Update on Bug Report: Persistent Off-Topic Hallucination Across Gemini Models & API Keys

Model(s): gemini-2.5-pro-exp-03-25, gemini-2.5-pro-preview-03-25, gemini-1.5-pro-latest (via Vertex AI API)

Follow-up to Previous Report: [Link to or brief summary of the previous report about gemini-2.5-pro-exp-03-25 generating database content (Topic B) for sensor/ML input (Topic A)]

New Findings:

  1. Issue Persists Across Models: The same off-topic hallucination (generating analysis for Topic B - database internals/costs - when given input for Topic A - sensors/ML) was observed not only with gemini-2.5-pro-exp-03-25 but also consistently with gemini-2.5-pro-preview-03-25 . Furthermore, testing with gemini-1.5-pro-latest also resulted in an off-topic analysis related to database concepts when given the same Topic A input, although the specific hallucinated details differed slightly from the 2.5 Pro variants.

  2. Issue Persists Across API Keys: To rule out key-specific state corruption, a brand new API key was generated and used for testing. The off-topic hallucination (generating Topic B output for Topic A input) still occurred with gemini-2.5-pro-preview-03-25 using the new key.

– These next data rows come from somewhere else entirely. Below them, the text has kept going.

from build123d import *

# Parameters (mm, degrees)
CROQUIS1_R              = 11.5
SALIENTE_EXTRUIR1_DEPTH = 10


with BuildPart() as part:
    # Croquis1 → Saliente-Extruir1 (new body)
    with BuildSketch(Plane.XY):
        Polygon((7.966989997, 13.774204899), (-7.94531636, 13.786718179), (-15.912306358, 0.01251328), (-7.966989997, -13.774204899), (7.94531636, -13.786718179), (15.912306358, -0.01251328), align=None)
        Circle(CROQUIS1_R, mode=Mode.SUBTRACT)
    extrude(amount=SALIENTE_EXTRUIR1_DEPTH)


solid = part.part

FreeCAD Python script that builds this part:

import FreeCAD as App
import Part
import Sketcher
Q = App.Units.Quantity


def add_polygon(sketch, points):
    """Adds a closed chain of lines whose ends are joined by coincident constraints."""
    first, n = sketch.GeometryCount, len(points)
    for a, b in zip(points, points[1:] + points[:1]):
        sketch.addGeometry(Part.LineSegment(App.Vector(*a, 0), App.Vector(*b, 0)), False)
    for i in range(n):
        sketch.addConstraint(Sketcher.Constraint("Coincident", first + i, 2, first + (i + 1) % n, 1))

doc = App.newDocument("Part")
params = doc.addObject("Spreadsheet::Sheet", "Params")
for row, (alias, value) in enumerate([
    ("sketch1_diameter", "23 mm"),
    ("pad1_length", "10 mm"),
], start=1):
    params.set(f"A{row}", alias)
    params.set(f"B{row}", "=" + value)
    params.setAlias(f"B{row}", alias)

body = doc.addObject("PartDesign::Body", "Body")

# Sketch on XY plane
sketch1 = body.newObject("Sketcher::SketchObject", "Sketch")
sketch1.AttachmentSupport = (doc.getObject("XY_Plane"), [""])
sketch1.MapMode = "FlatFace"
add_polygon(sketch1, [(8, 14), (-8, 14), (-16, 0), (-8, -14), (8, -14), (16, 0)])  # lines 0-5
sketch1.addGeometry(Part.Circle(App.Vector(0, 0, 0), App.Vector(0, 0, 1), 12), False)  # 6
sketch1.addConstraint([
    Sketcher.Constraint("Coincident", 6, 3, -1, 1),
    Sketcher.Constraint("Symmetric", 0, 2, 3, 2, -1, 1),
    Sketcher.Constraint("Symmetric", 1, 2, 4, 2, -1, 1),
    Sketcher.Constraint("Symmetric", 2, 2, 5, 2, -1, 1),
    Sketcher.Constraint("Equal", 0, 1),
    Sketcher.Constraint("Equal", 1, 2),
    Sketcher.Constraint("Diameter", 6, Q("23 mm")),
    Sketcher.Constraint("Distance", 0, Q("15.912311 mm")),
    Sketcher.Constraint("DistanceY", -1, 1, 0, 2, Q("13.786718 mm")),
    Sketcher.Constraint("DistanceX", 2, 2, -1, 1, Q("7.96699 mm")),
    Sketcher.Constraint("DistanceX", 1, 2, 0, 2, Q("7.96699 mm")),
])
sketch1.setExpression("Constraints[12]", "Params.sketch1_diameter")
pad1 = body.newObject("PartDesign::Pad", "Pad")
pad1.Profile = sketch1
pad1.setExpression("Length", "Params.pad1_length")

doc.recompute()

  3. Input & Other Models Confirmed Correct: As previously verified, the input prompt (containing Topic A text and relevant context) is correctly formatted, and non-Google models (e.g., GPT-4 variants) process the exact same input correctly, generating on-topic results for Topic A.

Conclusion:
The evidence strongly suggests the root cause is not isolated to a single experimental model version or a specific API key. The issue appears to be more systemic, consistently affecting multiple models within the Gemini family (1.5-pro, 2.5-pro-preview, 2.5-pro-exp) specifically when processing this particular input (“Topic A”) within the context of our Google Cloud project. This points towards a potential issue in Google’s backend request handling, state management, or a model-family-wide sensitivity triggered by this specific input data under our account.

Impact:
This makes the affected Gemini models currently unreliable for processing this type of input within our project. We are avoiding their use pending investigation/resolution.

We hope this detailed information, particularly the persistence across models and API keys, is helpful for the Google AI team in diagnosing this unusual behavior.

1 Like

Hi @shapip , Welcome to the forum.

Based on the issue described above, I guess the problem is with the retriever. It seems to be providing the wrong context (Topic B) to the model instead of (Topic A). Could you tell us which embeddings model you are using to store data in the vector database?

Thanks for responding. I’m using Open AI text_embedding-3-large, but i traced the input and output into the model itself using the langsmith debugging tools and confirmed it was not the context pulled from the vector database that was incorrect. Happy to provide the debugging if you want it, though it’s probably too long to paste here. If you want me to email it to you please let me know where to send it. My suspicion is that its may be a backend expansion of the api to work with agentic features that hasn’t been activated yet but that somehow my application is causing it to partially activate (a bug) though i’m speculating.

As i mentioned above, it’s only happening with the Gemini models, I repeatedly tried other models and there’s no hallucinations.